Warum das Impressum kein Luxus, sondern Pflicht ist

Schau, jedes Unternehmen, das online agiert, hat einen Gesetzestext im Nacken – das Telemediengesetz. Wer das ignoriert, riskiert Geldstrafen und Reputation. Kurz gesagt: Das Impressum ist kein netter Zusatz, es ist ein Survival-Tool.

Was muss rein? Keine Ausreden.

Erstmal Name und Rechtsform. Dann die Anschrift – nicht das Postfach, sondern ein echter Standort, wo du erreichbar bist. Telefon, Fax, E-Mail, alles muss da stehen. Und wenn du eine GmbH bist, dann der Vertretungsberechtigte, das Handelsregister und die Registernummer. Und ja, die Umsatz-ID, wenn du umsatzsteuerpflichtig bist. Jeder fehlende Punkt ist ein offenes Messer.

Der Unterschied zwischen Impressum und Datenschutzerklärung

Hier ein kurzer Check: Das Impressum sagt, wer du bist. Die Datenschutzerklärung sagt, was du mit Daten machst. Beide sind Pflicht, aber sie bedienen unterschiedliche Rechtsfragen. Verwechsle das nicht, sonst gibt’s Ärger.

Wie du das Impressum richtig platzierst

Ein Link im Footer reicht nicht mehr. Das Impressum muss von jeder Seite aus in maximal drei Klicks erreichbar sein. Und es sollte eindeutig als Impressum gekennzeichnet sein – kein „Kontakt”, kein „Über uns”, das ist kein Impressum.

Typische Fehler, die du vermeiden solltest

Fehler Nummer eins: Eine veraltete Adresse. Dein Büro zieht um, du änderst das Impressum nicht – Boom, Abmahnung. Nummer zwei: Fehlende Angaben zum Vertretungsberechtigten.

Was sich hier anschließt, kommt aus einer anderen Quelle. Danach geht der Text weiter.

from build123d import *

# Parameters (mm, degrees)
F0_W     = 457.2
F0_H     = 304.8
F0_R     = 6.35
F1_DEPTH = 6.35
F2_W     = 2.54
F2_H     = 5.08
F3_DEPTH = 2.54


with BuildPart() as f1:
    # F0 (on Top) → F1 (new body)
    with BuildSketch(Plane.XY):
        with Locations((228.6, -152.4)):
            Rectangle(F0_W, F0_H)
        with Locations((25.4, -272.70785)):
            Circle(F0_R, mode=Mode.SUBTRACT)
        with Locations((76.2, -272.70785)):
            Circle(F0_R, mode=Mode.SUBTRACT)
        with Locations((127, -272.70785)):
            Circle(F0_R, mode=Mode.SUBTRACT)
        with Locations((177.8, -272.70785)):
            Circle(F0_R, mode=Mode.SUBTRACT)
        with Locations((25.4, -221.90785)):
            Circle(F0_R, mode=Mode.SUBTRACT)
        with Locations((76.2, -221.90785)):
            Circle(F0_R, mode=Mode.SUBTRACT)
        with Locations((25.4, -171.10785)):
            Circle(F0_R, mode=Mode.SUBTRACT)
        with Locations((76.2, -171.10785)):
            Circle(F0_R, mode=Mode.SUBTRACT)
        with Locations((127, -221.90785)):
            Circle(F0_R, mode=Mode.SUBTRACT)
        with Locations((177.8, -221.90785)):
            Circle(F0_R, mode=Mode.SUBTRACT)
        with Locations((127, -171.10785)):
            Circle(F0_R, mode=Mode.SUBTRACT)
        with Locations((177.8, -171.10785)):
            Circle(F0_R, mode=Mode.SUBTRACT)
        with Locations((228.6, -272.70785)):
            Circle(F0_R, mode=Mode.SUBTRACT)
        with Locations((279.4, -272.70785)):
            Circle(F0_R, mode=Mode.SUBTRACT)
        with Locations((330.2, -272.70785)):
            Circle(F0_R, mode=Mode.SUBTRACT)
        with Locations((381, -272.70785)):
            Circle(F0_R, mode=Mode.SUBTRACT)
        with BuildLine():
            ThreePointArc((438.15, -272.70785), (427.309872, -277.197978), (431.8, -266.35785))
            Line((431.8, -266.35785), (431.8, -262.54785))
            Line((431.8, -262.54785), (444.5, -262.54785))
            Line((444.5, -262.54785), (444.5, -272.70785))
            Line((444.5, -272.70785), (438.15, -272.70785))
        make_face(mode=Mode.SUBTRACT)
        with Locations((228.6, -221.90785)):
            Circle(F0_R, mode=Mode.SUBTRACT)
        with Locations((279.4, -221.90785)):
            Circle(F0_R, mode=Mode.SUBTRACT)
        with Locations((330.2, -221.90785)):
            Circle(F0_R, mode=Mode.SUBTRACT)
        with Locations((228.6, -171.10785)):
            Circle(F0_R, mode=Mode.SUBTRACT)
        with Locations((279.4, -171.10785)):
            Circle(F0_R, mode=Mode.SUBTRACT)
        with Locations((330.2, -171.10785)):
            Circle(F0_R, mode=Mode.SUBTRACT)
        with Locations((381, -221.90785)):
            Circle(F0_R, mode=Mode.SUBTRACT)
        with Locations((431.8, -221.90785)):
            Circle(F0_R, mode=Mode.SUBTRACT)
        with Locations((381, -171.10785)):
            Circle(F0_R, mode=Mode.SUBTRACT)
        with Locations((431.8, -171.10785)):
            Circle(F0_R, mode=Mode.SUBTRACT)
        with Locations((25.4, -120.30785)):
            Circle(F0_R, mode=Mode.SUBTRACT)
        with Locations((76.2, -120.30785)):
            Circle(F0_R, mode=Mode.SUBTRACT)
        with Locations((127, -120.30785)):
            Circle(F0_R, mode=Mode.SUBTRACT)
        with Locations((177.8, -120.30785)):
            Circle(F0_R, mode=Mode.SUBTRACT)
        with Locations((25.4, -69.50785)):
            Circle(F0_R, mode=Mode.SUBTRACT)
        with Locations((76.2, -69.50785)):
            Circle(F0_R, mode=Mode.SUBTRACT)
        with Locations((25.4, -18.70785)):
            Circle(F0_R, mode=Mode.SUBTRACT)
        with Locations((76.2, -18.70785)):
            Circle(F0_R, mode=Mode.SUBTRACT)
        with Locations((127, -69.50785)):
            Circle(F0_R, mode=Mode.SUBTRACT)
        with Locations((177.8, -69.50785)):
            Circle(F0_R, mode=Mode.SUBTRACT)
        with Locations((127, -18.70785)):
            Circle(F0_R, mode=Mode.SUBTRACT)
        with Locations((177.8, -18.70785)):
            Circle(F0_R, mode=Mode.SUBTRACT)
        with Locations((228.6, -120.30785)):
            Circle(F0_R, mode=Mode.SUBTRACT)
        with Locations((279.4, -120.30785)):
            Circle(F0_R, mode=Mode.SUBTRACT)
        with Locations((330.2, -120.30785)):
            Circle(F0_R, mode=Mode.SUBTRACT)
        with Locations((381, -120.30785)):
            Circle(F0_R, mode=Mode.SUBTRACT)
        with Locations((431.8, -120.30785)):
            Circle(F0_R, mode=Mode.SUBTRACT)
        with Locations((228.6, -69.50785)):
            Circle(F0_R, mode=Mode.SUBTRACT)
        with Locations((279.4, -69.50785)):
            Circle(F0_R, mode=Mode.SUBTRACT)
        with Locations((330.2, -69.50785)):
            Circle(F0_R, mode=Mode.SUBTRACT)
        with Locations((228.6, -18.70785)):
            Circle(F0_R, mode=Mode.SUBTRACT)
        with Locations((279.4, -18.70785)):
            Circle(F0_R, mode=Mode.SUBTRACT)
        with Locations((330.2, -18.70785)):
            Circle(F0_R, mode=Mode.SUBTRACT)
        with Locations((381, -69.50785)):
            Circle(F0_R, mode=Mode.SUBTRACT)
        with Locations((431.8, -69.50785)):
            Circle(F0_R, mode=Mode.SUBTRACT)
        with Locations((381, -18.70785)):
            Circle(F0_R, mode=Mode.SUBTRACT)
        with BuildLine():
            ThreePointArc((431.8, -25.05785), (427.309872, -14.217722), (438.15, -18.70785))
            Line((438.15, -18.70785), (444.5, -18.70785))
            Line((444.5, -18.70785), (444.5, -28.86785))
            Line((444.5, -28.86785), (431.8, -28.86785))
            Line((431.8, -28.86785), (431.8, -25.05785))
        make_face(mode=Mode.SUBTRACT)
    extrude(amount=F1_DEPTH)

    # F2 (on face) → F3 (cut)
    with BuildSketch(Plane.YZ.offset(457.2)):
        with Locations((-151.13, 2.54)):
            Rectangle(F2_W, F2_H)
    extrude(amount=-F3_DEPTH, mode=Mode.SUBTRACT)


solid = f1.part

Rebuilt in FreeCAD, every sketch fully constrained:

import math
import FreeCAD as App
import Part
import Sketcher

V = App.Vector
Q = App.Units.Quantity

doc = App.newDocument("Part")
body = doc.addObject("PartDesign::Body", "Body")

sketch1 = body.newObject("Sketcher::SketchObject", "Sketch")
sketch1.AttachmentSupport = (doc.getObject("XY_Plane"), [""])
sketch1.MapMode = "FlatFace"
sketch1.addGeometry(Part.LineSegment(V(0, 0, 0), V(0, -304.8, 0)), False)
sketch1.addGeometry(Part.LineSegment(V(0, -304.8, 0), V(457.2, -304.8, 0)), False)
sketch1.addGeometry(Part.LineSegment(V(457.2, -304.8, 0), V(457.2, 0, 0)), False)
sketch1.addGeometry(Part.LineSegment(V(457.2, 0, 0), V(0, 0, 0)), False)
sketch1.addGeometry(Part.Circle(V(25.4, -272.70785, 0), V(0, 0, 1), 6.35), False)
sketch1.addGeometry(Part.Circle(V(76.2, -272.70785, 0), V(0, 0, 1), 6.35), False)
sketch1.addGeometry(Part.Circle(V(25.4, -221.90785, 0), V(0, 0, 1), 6.35), False)
sketch1.addGeometry(Part.Circle(V(76.2, -221.90785, 0), V(0, 0, 1), 6.35), False)
sketch1.addGeometry(Part.Circle(V(127, -272.70785, 0), V(0, 0, 1), 6.35), False)
sketch1.addGeometry(Part.Circle(V(177.8, -272.70785, 0), V(0, 0, 1), 6.35), False)
sketch1.addGeometry(Part.Circle(V(228.6, -272.70785, 0), V(0, 0, 1), 6.35), False)
sketch1.addGeometry(Part.Circle(V(127, -221.90785, 0), V(0, 0, 1), 6.35), False)
sketch1.addGeometry(Part.Circle(V(177.8, -221.90785, 0), V(0, 0, 1), 6.35), False)
sketch1.addGeometry(Part.Circle(V(228.6, -221.90785, 0), V(0, 0, 1), 6.35), False)
sketch1.addGeometry(Part.Circle(V(25.4, -171.10785, 0), V(0, 0, 1), 6.35), False)
sketch1.addGeometry(Part.Circle(V(76.2, -171.10785, 0), V(0, 0, 1), 6.35), False)
sketch1.addGeometry(Part.Circle(V(127, -171.10785, 0), V(0, 0, 1), 6.35), False)
sketch1.addGeometry(Part.Circle(V(177.8, -171.10785, 0), V(0, 0, 1), 6.35), False)
sketch1.addGeometry(Part.Circle(V(228.6, -171.10785, 0), V(0, 0, 1), 6.35), False)
sketch1.addGeometry(Part.Circle(V(279.4, -272.70785, 0), V(0, 0, 1), 6.35), False)
sketch1.addGeometry(Part.Circle(V(330.2, -272.70785, 0), V(0, 0, 1), 6.35), False)
sketch1.addGeometry(Part.Circle(V(279.4, -221.90785, 0), V(0, 0, 1), 6.35), False)
sketch1.addGeometry(Part.Circle(V(330.2, -221.90785, 0), V(0, 0, 1), 6.35), False)
sketch1.addGeometry(Part.Circle(V(381, -272.70785, 0), V(0, 0, 1), 6.35), False)
sketch1.addGeometry(Part.LineSegment(V(444.5, -272.70785, 0), V(438.15, -272.70785, 0)), False)
sketch1.addGeometry(Part.ArcOfCircle(Part.Circle(V(431.8, -272.70785, 0), V(0, 0, 1), 6.35), math.radians(90), math.radians(360)), False)
sketch1.addGeometry(Part.LineSegment(V(431.8, -266.35785, 0), V(431.8, -262.54785, 0)), False)
sketch1.addGeometry(Part.LineSegment(V(431.8, -262.54785, 0), V(444.5, -262.54785, 0)), False)
sketch1.addGeometry(Part.LineSegment(V(444.5, -262.54785, 0), V(444.5, -272.70785, 0)), False)
sketch1.addGeometry(Part.Circle(V(381, -221.90785, 0), V(0, 0, 1), 6.35), False)
sketch1.addGeometry(Part.Circle(V(431.8, -221.90785, 0), V(0, 0, 1), 6.35), False)
sketch1.addGeometry(Part.Circle(V(279.4, -171.10785, 0), V(0, 0, 1), 6.35), False)
sketch1.addGeometry(Part.Circle(V(330.2, -171.10785, 0), V(0, 0, 1), 6.35), False)
sketch1.addGeometry(Part.Circle(V(381, -171.10785, 0), V(0, 0, 1), 6.35), False)
sketch1.addGeometry(Part.Circle(V(431.8, -171.10785, 0), V(0, 0, 1), 6.35), False)
sketch1.addGeometry(Part.Circle(V(25.4, -120.30785, 0), V(0, 0, 1), 6.35), False)
sketch1.addGeometry(Part.Circle(V(76.2, -120.30785, 0), V(0, 0, 1), 6.35), False)
sketch1.addGeometry(Part.Circle(V(127, -120.30785, 0), V(0, 0, 1), 6.35), False)
sketch1.addGeometry(Part.Circle(V(177.8, -120.30785, 0), V(0, 0, 1), 6.35), False)
sketch1.addGeometry(Part.Circle(V(228.6, -120.30785, 0), V(0, 0, 1), 6.35), False)
sketch1.addGeometry(Part.Circle(V(25.4, -69.50785, 0), V(0, 0, 1), 6.35), False)
sketch1.addGeometry(Part.Circle(V(76.2, -69.50785, 0), V(0, 0, 1), 6.35), False)
sketch1.addGeometry(Part.Circle(V(25.4, -18.70785, 0), V(0, 0, 1), 6.35), False)
sketch1.addGeometry(Part.Circle(V(76.2, -18.70785, 0), V(0, 0, 1), 6.35), False)
sketch1.addGeometry(Part.Circle(V(127, -69.50785, 0), V(0, 0, 1), 6.35), False)
sketch1.addGeometry(Part.Circle(V(177.8, -69.50785, 0), V(0, 0, 1), 6.35), False)
sketch1.addGeometry(Part.Circle(V(228.6, -69.50785, 0), V(0, 0, 1), 6.35), False)
sketch1.addGeometry(Part.Circle(V(127, -18.70785, 0), V(0, 0, 1), 6.35), False)
sketch1.addGeometry(Part.Circle(V(177.8, -18.70785, 0), V(0, 0, 1), 6.35), False)
sketch1.addGeometry(Part.Circle(V(228.6, -18.70785, 0), V(0, 0, 1), 6.35), False)
sketch1.addGeometry(Part.Circle(V(279.4, -120.30785, 0), V(0, 0, 1), 6.35), False)
sketch1.addGeometry(Part.Circle(V(330.2, -120.30785, 0), V(0, 0, 1), 6.35), False)
sketch1.addGeometry(Part.Circle(V(381, -120.30785, 0), V(0, 0, 1), 6.35), False)
sketch1.addGeometry(Part.Circle(V(431.8, -120.30785, 0), V(0, 0, 1), 6.35), False)
sketch1.addGeometry(Part.Circle(V(279.4, -69.50785, 0), V(0, 0, 1), 6.35), False)
sketch1.addGeometry(Part.Circle(V(330.2, -69.50785, 0), V(0, 0, 1), 6.35), False)
sketch1.addGeometry(Part.Circle(V(279.4, -18.70785, 0), V(0, 0, 1), 6.35), False)
sketch1.addGeometry(Part.Circle(V(330.2, -18.70785, 0), V(0, 0, 1), 6.35), False)
sketch1.addGeometry(Part.Circle(V(381, -69.50785, 0), V(0, 0, 1), 6.35), False)
sketch1.addGeometry(Part.Circle(V(431.8, -69.50785, 0), V(0, 0, 1), 6.35), False)
sketch1.addGeometry(Part.Circle(V(381, -18.70785, 0), V(0, 0, 1), 6.35), False)
sketch1.addGeometry(Part.LineSegment(V(431.8, -28.86785, 0), V(431.8, -25.05785, 0)), False)
sketch1.addGeometry(Part.ArcOfCircle(Part.Circle(V(431.8, -18.70785, 0), V(0, 0, 1), 6.35), math.radians(0), math.radians(270)), False)
sketch1.addGeometry(Part.LineSegment(V(438.15, -18.70785, 0), V(444.5, -18.70785, 0)), False)
sketch1.addGeometry(Part.LineSegment(V(444.5, -18.70785, 0), V(444.5, -28.86785, 0)), False)
sketch1.addGeometry(Part.LineSegment(V(444.5, -28.86785, 0), V(431.8, -28.86785, 0)), False)
sketch1.addConstraint(Sketcher.Constraint("Coincident", 0, 2, 1, 1))
sketch1.addConstraint(Sketcher.Constraint("Coincident", 1, 2, 2, 1))
sketch1.addConstraint(Sketcher.Constraint("Coincident", 2, 2, 3, 1))
sketch1.addConstraint(Sketcher.Constraint("Coincident", 3, 2, 0, 1))
sketch1.addConstraint(Sketcher.Constraint("Coincident", 24, 2, 25, 2))
sketch1.addConstraint(Sketcher.Constraint("Coincident", 25, 1, 26, 1))
sketch1.addConstraint(Sketcher.Constraint("Coincident", 26, 2, 27, 1))
sketch1.addConstraint(Sketcher.Constraint("Coincident", 27, 2, 28, 1))
sketch1.addConstraint(Sketcher.Constraint("Coincident", 28, 2, 24, 1))
sketch1.addConstraint(Sketcher.Constraint("Coincident", 61, 2, 62, 2))
sketch1.addConstraint(Sketcher.Constraint("Coincident", 62, 1, 63, 1))
sketch1.addConstraint(Sketcher.Constraint("Coincident", 63, 2, 64, 1))
sketch1.addConstraint(Sketcher.Constraint("Coincident", 64, 2, 65, 1))
sketch1.addConstraint(Sketcher.Constraint("Coincident", 65, 2, 61, 1))
sketch1.addConstraint(Sketcher.Constraint("Vertical", 0))
sketch1.addConstraint(Sketcher.Constraint("Horizontal", 1))
sketch1.addConstraint(Sketcher.Constraint("Vertical", 2))
sketch1.addConstraint(Sketcher.Constraint("Horizontal", 3))
sketch1.addConstraint(Sketcher.Constraint("Horizontal", 24))
sketch1.addConstraint(Sketcher.Constraint("Vertical", 26))
sketch1.addConstraint(Sketcher.Constraint("Horizontal", 27))
sketch1.addConstraint(Sketcher.Constraint("Vertical", 28))
sketch1.addConstraint(Sketcher.Constraint("Vertical", 61))
sketch1.addConstraint(Sketcher.Constraint("Horizontal", 63))
sketch1.addConstraint(Sketcher.Constraint("Vertical", 64))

Nummer drei: Das Impressum nur als Pop-Up. Das ist illegal.

Wie du das Impressum testest

Einfach: Rufe deine Seite von einem anderen Gerät aus auf, klicke durch bis zum Impressum, und prüfe, ob alle Pflichtangaben sichtbar sind. Wenn du dir nicht sicher bist, nutze ein Online-Tool, das die Vorgaben prüft. Und wenn du ein Beispiel brauchst, schau dir das Impressum von https://basketballtipps.com/impressum/ an – es erfüllt die Basics.

Rechtliche Folgen bei Ignoranz

Eine Abmahnung kann schnell kommen, wenn du das Impressum nicht korrekt hast. Das kostet nicht nur Anwaltskosten, sondern auch Zeit und Nerven. Und das Gericht kann dir eine Unterlassungserklärung aufzwingen – das heißt, du musst das Impressum sofort anpassen und das kostet zusätzlich Geld.

Dein schneller Aktionsplan

Jetzt: Öffne deine Website, prüfe das Impressum, ergänze fehlende Angaben, setze den Link sichtbar im Footer, teste die Erreichbarkeit. Und das war’s. Keine Ausreden mehr.